Colliding planetary and stellar winds: charge exchange and transit spectroscopy in neutral hydrogen

Abstract

When transiting their host stars, hot Jupiters absorb about 10% of the light in the wings of the stellar Lyman-alpha emission line. The absorption occurs at wavelengths Doppler-shifted from line center by +/- 100 km/s - larger than the thermal speeds with which partially neutral, 10E4 K hydrogen escapes from hot Jupiter atmospheres. It has been proposed that the absorption arises from 10E6 K hydrogen from the host stellar wind, made momentarily neutral by charge exchange with planetary H I. The +/-100 km/s velocities would then be attributed to the typical velocity dispersions of protons in the stellar wind - as inferred from spacecraft measurements of the Solar wind.
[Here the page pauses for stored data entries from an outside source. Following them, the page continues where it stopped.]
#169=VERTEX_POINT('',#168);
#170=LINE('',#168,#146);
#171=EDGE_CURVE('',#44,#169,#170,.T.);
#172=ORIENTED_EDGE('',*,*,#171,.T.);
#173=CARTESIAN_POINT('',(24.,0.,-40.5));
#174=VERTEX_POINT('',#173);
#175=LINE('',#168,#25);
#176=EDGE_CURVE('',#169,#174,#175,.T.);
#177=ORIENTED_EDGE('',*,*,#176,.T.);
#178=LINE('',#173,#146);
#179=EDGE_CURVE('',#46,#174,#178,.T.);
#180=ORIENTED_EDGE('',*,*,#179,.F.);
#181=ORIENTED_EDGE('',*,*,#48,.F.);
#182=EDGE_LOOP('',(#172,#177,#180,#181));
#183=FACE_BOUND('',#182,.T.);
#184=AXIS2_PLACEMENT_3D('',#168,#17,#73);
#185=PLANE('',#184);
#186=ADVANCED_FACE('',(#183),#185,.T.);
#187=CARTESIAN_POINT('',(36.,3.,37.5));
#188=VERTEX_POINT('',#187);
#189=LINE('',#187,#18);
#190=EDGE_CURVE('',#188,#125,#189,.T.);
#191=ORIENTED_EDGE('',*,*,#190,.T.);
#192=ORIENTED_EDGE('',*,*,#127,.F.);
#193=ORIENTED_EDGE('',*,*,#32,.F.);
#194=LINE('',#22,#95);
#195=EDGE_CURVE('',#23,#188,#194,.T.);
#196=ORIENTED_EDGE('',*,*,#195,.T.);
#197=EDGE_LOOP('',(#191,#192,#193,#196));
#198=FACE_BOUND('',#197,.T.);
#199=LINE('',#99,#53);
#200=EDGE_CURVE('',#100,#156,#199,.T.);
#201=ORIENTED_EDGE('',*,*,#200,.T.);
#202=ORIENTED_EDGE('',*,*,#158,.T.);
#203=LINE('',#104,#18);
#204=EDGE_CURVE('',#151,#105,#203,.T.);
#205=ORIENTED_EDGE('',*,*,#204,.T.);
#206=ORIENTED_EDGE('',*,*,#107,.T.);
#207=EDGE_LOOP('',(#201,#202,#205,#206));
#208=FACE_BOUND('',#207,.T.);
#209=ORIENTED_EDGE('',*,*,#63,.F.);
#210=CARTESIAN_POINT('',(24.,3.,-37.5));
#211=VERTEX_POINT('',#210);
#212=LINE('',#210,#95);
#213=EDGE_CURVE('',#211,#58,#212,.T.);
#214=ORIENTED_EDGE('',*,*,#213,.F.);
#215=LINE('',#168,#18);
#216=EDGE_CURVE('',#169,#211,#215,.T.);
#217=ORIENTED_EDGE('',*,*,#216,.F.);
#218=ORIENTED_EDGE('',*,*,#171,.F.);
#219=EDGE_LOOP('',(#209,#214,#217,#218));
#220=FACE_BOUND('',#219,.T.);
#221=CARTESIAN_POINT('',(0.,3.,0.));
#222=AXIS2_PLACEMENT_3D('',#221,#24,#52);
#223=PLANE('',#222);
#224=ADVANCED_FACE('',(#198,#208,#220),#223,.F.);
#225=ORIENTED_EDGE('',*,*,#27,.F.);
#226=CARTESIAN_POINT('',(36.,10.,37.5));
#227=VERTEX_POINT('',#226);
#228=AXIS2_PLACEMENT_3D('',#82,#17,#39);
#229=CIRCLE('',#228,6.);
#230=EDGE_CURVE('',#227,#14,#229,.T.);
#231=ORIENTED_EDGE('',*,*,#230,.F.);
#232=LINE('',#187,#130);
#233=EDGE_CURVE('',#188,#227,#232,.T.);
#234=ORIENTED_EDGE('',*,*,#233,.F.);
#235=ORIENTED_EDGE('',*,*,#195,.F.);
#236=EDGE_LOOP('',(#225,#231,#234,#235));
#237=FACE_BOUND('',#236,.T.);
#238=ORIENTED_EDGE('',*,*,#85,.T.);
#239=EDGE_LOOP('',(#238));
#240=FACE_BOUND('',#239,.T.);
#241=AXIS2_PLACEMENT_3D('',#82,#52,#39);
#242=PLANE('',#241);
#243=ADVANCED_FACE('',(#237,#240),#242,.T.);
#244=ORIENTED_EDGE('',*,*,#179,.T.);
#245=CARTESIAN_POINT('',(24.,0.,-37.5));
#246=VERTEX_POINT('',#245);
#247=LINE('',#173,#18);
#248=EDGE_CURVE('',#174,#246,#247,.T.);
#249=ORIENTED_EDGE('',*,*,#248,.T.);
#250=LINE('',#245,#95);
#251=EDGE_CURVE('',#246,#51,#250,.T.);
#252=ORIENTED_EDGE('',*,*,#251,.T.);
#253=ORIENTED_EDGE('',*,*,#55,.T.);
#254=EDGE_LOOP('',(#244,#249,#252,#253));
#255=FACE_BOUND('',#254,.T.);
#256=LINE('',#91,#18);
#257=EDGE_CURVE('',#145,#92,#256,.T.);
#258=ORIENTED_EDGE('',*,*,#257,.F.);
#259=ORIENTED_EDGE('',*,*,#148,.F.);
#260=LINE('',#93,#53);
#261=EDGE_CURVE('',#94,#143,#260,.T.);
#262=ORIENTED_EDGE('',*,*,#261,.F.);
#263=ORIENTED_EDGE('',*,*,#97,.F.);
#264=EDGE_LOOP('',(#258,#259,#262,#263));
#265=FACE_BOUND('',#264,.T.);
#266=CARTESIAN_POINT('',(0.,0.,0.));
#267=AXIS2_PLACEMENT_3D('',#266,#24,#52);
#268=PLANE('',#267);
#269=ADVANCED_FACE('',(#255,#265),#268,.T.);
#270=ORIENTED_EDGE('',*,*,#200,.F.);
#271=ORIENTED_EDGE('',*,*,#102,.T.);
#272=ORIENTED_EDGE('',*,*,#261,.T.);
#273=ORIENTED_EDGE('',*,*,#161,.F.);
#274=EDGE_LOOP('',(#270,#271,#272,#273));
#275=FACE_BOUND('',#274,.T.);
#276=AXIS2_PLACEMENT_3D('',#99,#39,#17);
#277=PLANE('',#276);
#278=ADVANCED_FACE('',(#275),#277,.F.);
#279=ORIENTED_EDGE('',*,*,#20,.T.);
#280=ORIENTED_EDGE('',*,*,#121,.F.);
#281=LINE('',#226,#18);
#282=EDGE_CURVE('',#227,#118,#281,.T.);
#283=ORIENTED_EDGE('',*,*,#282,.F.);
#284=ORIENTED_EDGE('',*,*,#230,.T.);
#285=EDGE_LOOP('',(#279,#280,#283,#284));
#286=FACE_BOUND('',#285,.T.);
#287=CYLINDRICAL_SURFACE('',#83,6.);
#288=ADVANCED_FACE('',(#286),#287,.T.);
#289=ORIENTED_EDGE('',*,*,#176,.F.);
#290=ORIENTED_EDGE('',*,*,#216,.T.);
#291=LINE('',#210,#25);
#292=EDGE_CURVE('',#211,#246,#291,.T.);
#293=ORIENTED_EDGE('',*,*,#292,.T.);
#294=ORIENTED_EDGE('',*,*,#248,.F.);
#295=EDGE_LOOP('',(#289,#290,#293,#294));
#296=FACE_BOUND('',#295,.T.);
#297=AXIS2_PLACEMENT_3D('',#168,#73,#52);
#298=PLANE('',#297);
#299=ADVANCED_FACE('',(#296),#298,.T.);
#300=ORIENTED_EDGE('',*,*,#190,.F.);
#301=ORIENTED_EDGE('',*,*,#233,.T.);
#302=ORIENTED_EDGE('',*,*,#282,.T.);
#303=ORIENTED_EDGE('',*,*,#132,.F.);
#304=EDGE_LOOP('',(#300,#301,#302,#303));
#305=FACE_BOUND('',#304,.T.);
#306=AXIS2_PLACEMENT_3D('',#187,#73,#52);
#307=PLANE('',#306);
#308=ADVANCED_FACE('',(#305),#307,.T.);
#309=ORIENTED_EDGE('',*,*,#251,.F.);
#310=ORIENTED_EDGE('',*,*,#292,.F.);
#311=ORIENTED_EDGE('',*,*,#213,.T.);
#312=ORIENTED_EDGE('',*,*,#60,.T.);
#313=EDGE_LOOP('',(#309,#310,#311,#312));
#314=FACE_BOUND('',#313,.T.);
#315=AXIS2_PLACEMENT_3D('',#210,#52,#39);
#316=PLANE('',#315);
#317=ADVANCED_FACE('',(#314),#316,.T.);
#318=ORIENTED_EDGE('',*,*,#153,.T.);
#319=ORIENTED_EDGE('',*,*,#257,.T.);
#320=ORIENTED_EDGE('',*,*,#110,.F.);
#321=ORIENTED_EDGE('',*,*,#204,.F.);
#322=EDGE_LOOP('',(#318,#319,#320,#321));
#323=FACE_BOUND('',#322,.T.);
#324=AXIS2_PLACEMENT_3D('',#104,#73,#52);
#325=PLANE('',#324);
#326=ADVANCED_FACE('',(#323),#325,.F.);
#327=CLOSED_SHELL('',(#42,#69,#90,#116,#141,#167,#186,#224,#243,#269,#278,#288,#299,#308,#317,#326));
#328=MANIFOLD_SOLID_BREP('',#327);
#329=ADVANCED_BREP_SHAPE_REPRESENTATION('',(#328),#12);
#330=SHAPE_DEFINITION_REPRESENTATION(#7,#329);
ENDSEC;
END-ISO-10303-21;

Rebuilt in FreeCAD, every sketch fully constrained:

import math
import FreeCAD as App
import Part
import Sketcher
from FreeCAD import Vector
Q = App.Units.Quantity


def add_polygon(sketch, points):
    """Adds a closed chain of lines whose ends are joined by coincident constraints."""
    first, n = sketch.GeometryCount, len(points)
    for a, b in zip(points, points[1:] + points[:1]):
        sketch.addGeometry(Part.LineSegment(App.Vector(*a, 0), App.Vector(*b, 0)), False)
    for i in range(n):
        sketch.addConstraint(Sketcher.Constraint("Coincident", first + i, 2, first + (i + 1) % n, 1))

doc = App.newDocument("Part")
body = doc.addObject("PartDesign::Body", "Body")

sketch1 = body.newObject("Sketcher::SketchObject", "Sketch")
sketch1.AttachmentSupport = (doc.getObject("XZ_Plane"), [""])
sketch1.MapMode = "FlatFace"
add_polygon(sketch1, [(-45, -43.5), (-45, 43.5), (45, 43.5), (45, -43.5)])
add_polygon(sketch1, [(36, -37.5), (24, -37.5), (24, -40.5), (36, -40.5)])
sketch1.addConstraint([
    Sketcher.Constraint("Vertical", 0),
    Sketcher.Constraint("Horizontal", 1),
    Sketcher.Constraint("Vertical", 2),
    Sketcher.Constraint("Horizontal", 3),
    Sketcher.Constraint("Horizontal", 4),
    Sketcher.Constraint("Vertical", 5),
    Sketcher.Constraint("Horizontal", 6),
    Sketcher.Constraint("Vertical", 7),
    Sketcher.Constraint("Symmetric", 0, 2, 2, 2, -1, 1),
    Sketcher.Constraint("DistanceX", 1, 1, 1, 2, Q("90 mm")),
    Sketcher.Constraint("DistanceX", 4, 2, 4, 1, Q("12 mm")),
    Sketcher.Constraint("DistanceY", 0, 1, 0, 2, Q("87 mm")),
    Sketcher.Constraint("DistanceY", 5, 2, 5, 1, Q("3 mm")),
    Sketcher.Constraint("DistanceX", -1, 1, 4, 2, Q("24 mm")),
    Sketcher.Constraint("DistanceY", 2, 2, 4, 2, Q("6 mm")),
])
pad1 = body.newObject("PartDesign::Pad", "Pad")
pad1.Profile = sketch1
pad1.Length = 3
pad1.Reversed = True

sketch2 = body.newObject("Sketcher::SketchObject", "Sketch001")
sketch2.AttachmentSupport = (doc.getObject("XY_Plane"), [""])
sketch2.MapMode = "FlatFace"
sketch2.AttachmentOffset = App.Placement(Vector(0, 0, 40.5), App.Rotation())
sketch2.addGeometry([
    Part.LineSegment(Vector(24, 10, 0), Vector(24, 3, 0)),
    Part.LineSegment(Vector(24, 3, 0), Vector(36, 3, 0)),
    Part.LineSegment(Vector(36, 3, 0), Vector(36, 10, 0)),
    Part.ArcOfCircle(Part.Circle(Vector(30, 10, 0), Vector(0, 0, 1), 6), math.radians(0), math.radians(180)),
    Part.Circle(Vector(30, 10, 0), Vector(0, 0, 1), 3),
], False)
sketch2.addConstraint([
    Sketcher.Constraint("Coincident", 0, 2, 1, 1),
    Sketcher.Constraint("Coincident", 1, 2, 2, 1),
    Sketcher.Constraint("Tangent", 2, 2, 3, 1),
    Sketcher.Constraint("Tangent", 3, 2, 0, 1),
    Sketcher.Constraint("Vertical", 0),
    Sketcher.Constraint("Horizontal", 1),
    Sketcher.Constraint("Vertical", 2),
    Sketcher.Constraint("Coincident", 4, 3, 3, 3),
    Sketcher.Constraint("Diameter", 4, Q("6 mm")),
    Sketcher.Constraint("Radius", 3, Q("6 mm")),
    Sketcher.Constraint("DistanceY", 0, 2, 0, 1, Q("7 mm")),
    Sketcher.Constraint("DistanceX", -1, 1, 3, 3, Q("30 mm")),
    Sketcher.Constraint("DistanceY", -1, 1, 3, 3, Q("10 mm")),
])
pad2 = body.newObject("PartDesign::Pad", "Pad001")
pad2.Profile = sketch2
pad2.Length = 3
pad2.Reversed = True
To test this proposal, we perform 2D hydrodynamic simulations of colliding hot Jupiter and stellar winds, augmented by a chemistry module to compute the amount of hot neutral hydrogen produced by charge exchange. The Kelvin-Helmholtz instability mixes the two winds; in the mixing layer, charge exchange reactions establish, within tens of seconds. Enough hot neutral hydrogen is generated to reproduce the transit observations, and the amount of absorption converges with both spatial resolution and time. Our calculations support the idea that charge transfer between colliding winds correctly explains Lyman-alpha transit observations - modulo the effects of magnetic fields, which we do not model but which may suppress mixing. Other neglected effects include, in order of decreasing importance, rotational forces related to orbital motion, gravity, and stellar radiation pressure; we discuss quantitatively the errors introduced by our approximations. How hot stellar hydrogen cools when it collides with cold planetary hydrogen is also considered; a more careful treatment of how the mixing layer thermally equilibrates might explain the recent detection of Balmer H-alpha absorption in transiting hot Jupiters.